= Beginning of Section =
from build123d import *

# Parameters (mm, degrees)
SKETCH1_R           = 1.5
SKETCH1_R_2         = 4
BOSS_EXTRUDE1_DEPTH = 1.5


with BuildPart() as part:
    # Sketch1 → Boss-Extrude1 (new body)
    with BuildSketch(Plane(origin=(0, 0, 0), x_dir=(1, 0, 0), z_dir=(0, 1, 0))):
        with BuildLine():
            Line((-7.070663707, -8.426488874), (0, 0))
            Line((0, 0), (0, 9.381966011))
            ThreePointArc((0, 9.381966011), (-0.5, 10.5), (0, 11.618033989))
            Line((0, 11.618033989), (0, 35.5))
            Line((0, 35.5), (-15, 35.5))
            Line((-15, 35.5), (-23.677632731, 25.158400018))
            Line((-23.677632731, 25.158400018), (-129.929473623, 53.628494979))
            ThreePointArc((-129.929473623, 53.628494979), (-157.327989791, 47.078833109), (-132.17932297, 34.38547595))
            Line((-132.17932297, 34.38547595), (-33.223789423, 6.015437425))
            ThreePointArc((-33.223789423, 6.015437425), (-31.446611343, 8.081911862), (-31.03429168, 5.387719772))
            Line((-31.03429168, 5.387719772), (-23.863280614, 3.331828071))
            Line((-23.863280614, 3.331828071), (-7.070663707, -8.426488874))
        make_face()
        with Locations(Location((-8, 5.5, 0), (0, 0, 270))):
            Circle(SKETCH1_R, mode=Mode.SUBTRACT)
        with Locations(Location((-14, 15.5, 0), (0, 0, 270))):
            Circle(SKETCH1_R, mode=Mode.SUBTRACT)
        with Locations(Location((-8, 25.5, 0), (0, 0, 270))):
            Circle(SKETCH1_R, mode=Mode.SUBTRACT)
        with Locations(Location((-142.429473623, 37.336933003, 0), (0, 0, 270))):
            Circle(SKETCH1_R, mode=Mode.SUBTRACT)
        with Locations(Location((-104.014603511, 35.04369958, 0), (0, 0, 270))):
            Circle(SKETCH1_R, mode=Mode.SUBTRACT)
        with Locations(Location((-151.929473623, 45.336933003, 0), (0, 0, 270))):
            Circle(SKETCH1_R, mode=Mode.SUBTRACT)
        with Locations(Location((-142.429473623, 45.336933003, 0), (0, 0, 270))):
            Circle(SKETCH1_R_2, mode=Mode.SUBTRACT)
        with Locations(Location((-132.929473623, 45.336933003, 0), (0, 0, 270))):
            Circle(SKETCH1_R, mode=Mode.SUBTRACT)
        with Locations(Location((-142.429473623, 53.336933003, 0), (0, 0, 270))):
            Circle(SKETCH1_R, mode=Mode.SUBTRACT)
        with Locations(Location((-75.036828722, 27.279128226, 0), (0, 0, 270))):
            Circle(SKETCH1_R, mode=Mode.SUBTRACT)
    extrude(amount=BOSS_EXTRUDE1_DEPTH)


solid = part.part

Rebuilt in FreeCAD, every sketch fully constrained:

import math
import FreeCAD as App
import Part
import Sketcher

V = App.Vector
Q = App.Units.Quantity

doc = App.newDocument("Part")
body = doc.addObject("PartDesign::Body", "Body")

# Sketch on XZ plane
sketch1 = doc.addObject("Sketcher::SketchObject", "Sketch")
body.addObject(sketch1)
sketch1.AttachmentSupport = (doc.XZ_Plane, [""])
sketch1.MapMode = "FlatFace"
sketch1.addGeometry(Part.LineSegment(V(-7.1, 8.4, 0), V(0, 0, 0)), False)
sketch1.addGeometry(Part.LineSegment(V(0, 0, 0), V(0, -9.4, 0)), False)
sketch1.addGeometry(Part.ArcOfCircle(Part.Circle(V(1, -10.5, 0), V(0, 0, 1), 1.5), math.radians(132), math.radians(228)), False)
sketch1.addGeometry(Part.LineSegment(V(0, -11.6, 0), V(0, -35.5, 0)), False)
sketch1.addGeometry(Part.LineSegment(V(0, -35.5, 0), V(-15, -35.5, 0)), False)
sketch1.addGeometry(Part.LineSegment(V(-15, -35.5, 0), V(-23.7, -25.2, 0)), False)
sketch1.addGeometry(Part.LineSegment(V(-23.7, -25.2, 0), V(-129.9, -53.6, 0)), False)
sketch1.addGeometry(Part.ArcOfCircle(Part.Circle(V(-142.4, -45.3, 0), V(0, 0, 1), 15), math.radians(47), math.radians(326)), False)
sketch1.addGeometry(Part.LineSegment(V(-132.2, -34.4, 0), V(-33.2, -6, 0)), False)
sketch1.addGeometry(Part.ArcOfCircle(Part.Circle(V(-31.9, -6.6, 0), V(0, 0, 1), 1.5), math.radians(155), math.radians(417)), False)
sketch1.addGeometry(Part.LineSegment(V(-31, -5.4, 0), V(-23.9, -3.3, 0)), False)
sketch1.addGeometry(Part.LineSegment(V(-23.9, -3.3, 0), V(-7.1, 8.4, 0)), False)
sketch1.addGeometry(Part.Circle(V(-8, -5.5, 0), V(0, 0, 1), 1.5), False)
sketch1.addGeometry(Part.Circle(V(-14, -15.5, 0), V(0, 0, 1), 1.5), False)
sketch1.addGeometry(Part.Circle(V(-75, -27.3, 0), V(0, 0, 1), 1.5), False)
sketch1.addGeometry(Part.Circle(V(-8, -25.5, 0), V(0, 0, 1), 1.5), False)
sketch1.addGeometry(Part.Circle(V(-142.4, -37.3, 0), V(0, 0, 1), 1.5), False)
sketch1.addGeometry(Part.Circle(V(-104, -35, 0), V(0, 0, 1), 1.5), False)
sketch1.addGeometry(Part.Circle(V(-151.9, -45.3, 0), V(0, 0, 1), 1.5), False)
sketch1.addGeometry(Part.Circle(V(-142.4, -45.3, 0), V(0, 0, 1), 4), False)
sketch1.addGeometry(Part.Circle(V(-132.9, -45.3, 0), V(0, 0, 1), 1.5), False)
sketch1.addGeometry(Part.Circle(V(-142.4, -53.3, 0), V(0, 0, 1), 1.5), False)
sketch1.addConstraint(Sketcher.Constraint("Coincident", 0, 2, 1, 1))
sketch1.addConstraint(Sketcher.Constraint("Coincident", 1, 2, 2, 1))
sketch1.addConstraint(Sketcher.Constraint("Coincident", 2, 2, 3, 1))
sketch1.addConstraint(Sketcher.Constraint("Coincident", 3, 2, 4, 1))
sketch1.addConstraint(Sketcher.Constraint("Coincident", 4, 2, 5, 1))
sketch1.addConstraint(Sketcher.Constraint("Coincident", 5, 2, 6, 1))
sketch1.addConstraint(Sketcher.Constraint("Coincident", 6, 2, 7, 2))
sketch1.addConstraint(Sketcher.Constraint("Coincident", 7, 1, 8, 1))
sketch1.addConstraint(Sketcher.Constraint("Coincident", 8, 2, 9, 1))
sketch1.addConstraint(Sketcher.Constraint("Coincident", 9, 2, 10, 1))
sketch1.addConstraint(Sketcher.Constraint("Coincident", 10, 2, 11, 1))
sketch1.addConstraint(Sketcher.Constraint("Coincident", 11, 2, 0, 1))
sketch1.addConstraint(Sketcher.Constraint("Vertical", 1))
sketch1.addConstraint(Sketcher.Constraint("Vertical", 3))
sketch1.addConstraint(Sketcher.Constraint("Horizontal", 4))
sketch1.addConstraint(Sketcher.Constraint("Coincident", 0, 2, -1, 1))
sketch1.addConstraint(Sketcher.Constraint("Coincident", 19, 3, 7, 3))
sketch1.addConstraint(Sketcher.Constraint("Equal", 2, 9))
sketch1.addConstraint(Sketcher.Constraint("Equal", 9, 12))
sketch1.addConstraint(Sketcher.Constraint("Equal", 12, 13))
sketch1.addConstraint(Sketcher.Constraint("Equal", 13, 14))
sketch1.addConstraint(Sketcher.Constraint("Equal", 14, 15))
sketch1.addConstraint(Sketcher.Constraint("Equal", 15, 16))
sketch1.addConstraint(Sketcher.Constraint("Equal", 16, 17))
sketch1.addConstraint(Sketcher.Constraint("Equal", 17, 18))
sketch1.addConstraint(Sketcher.Constraint("Equal", 18, 20))
sketch1.addConstraint(Sketcher.Constraint("Equal", 20, 21))
sketch1.addConstraint(Sketcher.Constraint("PointOnObject", 2, 2, -2))
sketch1.addConstraint(Sketcher.Constraint("Parallel", 0, 5))
sketch1.addConstraint(Sketcher.Constraint("Parallel", 8, 10))
sketch1.addConstraint(Sketcher.Constraint("Horizontal", 7, 3, 18, 3))
sketch1.addConstraint(Sketcher.Constraint("Horizontal", 19, 3, 20, 3))
sketch1.addConstraint(Sketcher.Constraint("Vertical", 12, 3, 15, 3))
sketch1.addConstraint(Sketcher.Constraint("Vertical", 7, 3, 16, 3))
sketch1.addConstraint(Sketcher.Constraint("Vertical", 19, 3, 21, 3))
sketch1.addConstraint(Sketcher.Constraint("Diameter", 12, 3.0))
sketch1.addConstraint(Sketcher.Constraint("Diameter", 19, 8.0))
sketch1.addConstraint(Sketcher.Constraint("Radius", 7, 15.0))
sketch1.addConstraint(Sketcher.Constraint("DistanceX", 4, 2, 4, 1, 15.0))
sketch1.addConstraint(Sketcher.Constraint("Angle", 0, Q("-50 deg")))
sketch1.addConstraint(Sketcher.Constraint("Angle", 6, Q("-165 deg")))
sketch1.addConstraint(Sketcher.Constraint("Angle", 11, Q("35 deg")))
sketch1.addConstraint(Sketcher.Constraint("Distance", 0, 11.0))
sketch1.addConstraint(Sketcher.Constraint("Distance", 6, 110.0))
sketch1.addConstraint(Sketcher.Constraint("DistanceX", -1, 1, 2, 3, 1.0))
sketch1.addConstraint(Sketcher.Constraint("DistanceX", 12, 3, -1, 1, 8.0))
sketch1.addConstraint(Sketcher.Constraint("DistanceX", 13, 3, -1, 1, 14.0))
sketch1.addConstraint(Sketcher.Constraint("DistanceY", 2, 3, 12, 3, 5.0))
sketch1.addConstraint(Sketcher.Constraint("DistanceY", 13, 3, 12, 3, 10.0))
sketch1.addConstraint(Sketcher.Constraint("DistanceY", 15, 3, 13, 3, 10.0))
sketch1.addConstraint(Sketcher.Constraint("DistanceY", 7, 3, 16, 3, 8.0))
sketch1.addConstraint(Sketcher.Constraint("DistanceX", 18, 3, 20, 3, 19.0))
sketch1.addConstraint(Sketcher.Constraint("DistanceY", 21, 3, 7, 3, 8.0))
sketch1.addConstraint(Sketcher.Constraint("DistanceY", 3, 2, 15, 3, 10.0))
sketch1.addConstraint(Sketcher.Constraint("DistanceX", 20, 3, 6, 2, 3.0))
sketch1.addConstraint(Sketcher.Constraint("Distance", 5, 13.5))
sketch1.addConstraint(Sketcher.Constraint("Distance", 11, 20.5))
sketch1.addConstraint(Sketcher.Constraint("DistanceY", 2, 3, -1, 1, 10.5))
sketch1.addConstraint(Sketcher.Constraint("DistanceX", 18, 3, 7, 3, 9.5))
sketch1.addConstraint(Sketcher.Constraint("DistanceX", 9, 3, -1, 1, 31.86))
sketch1.addConstraint(Sketcher.Constraint("DistanceY", 9, 3, -1, 1, 6.64))
sketch1.addConstraint(Sketcher.Constraint("Distance", 10, 7.459899))
sketch1.addConstraint(Sketcher.Constraint("DistanceY", 17, 3, -1, 1, 35.0437))
sketch1.addConstraint(Sketcher.Constraint("DistanceX", 14, 3, -1, 1, 75.036829))
sketch1.addConstraint(Sketcher.Constraint("DistanceY", 14, 3, -1, 1, 27.279128))
sketch1.addConstraint(Sketcher.Constraint("DistanceX", 8, 2, -1, 1, 33.223789))
sketch1.addConstraint(Sketcher.Constraint("DistanceX", 16, 3, 17, 3, 38.41487))
pad1 = doc.addObject("PartDesign::Pad", "Pad")
body.addObject(pad1)
pad1.Profile = sketch1
pad1.Length = 1.5
pad1.Reversed = True

doc.recompute()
= End of Section =
> [About this task]
A verbatim transcription is needed of the lines above, starting at the line with "ThreePointArc((0, 9.381966011), (-0.5, 10.5), (0, 11.618033989))" and ending at the line with "25.158400018), (-129.929473623, 53.628494979))", both included, and of nothing else.

> [Exercise answer]
            ThreePointArc((0, 9.381966011), (-0.5, 10.5), (0, 11.618033989))
            Line((0, 11.618033989), (0, 35.5))
            Line((0, 35.5), (-15, 35.5))
            Line((-15, 35.5), (-23.677632731, 25.158400018))
            Line((-23.677632731, 25.158400018), (-129.929473623, 53.628494979))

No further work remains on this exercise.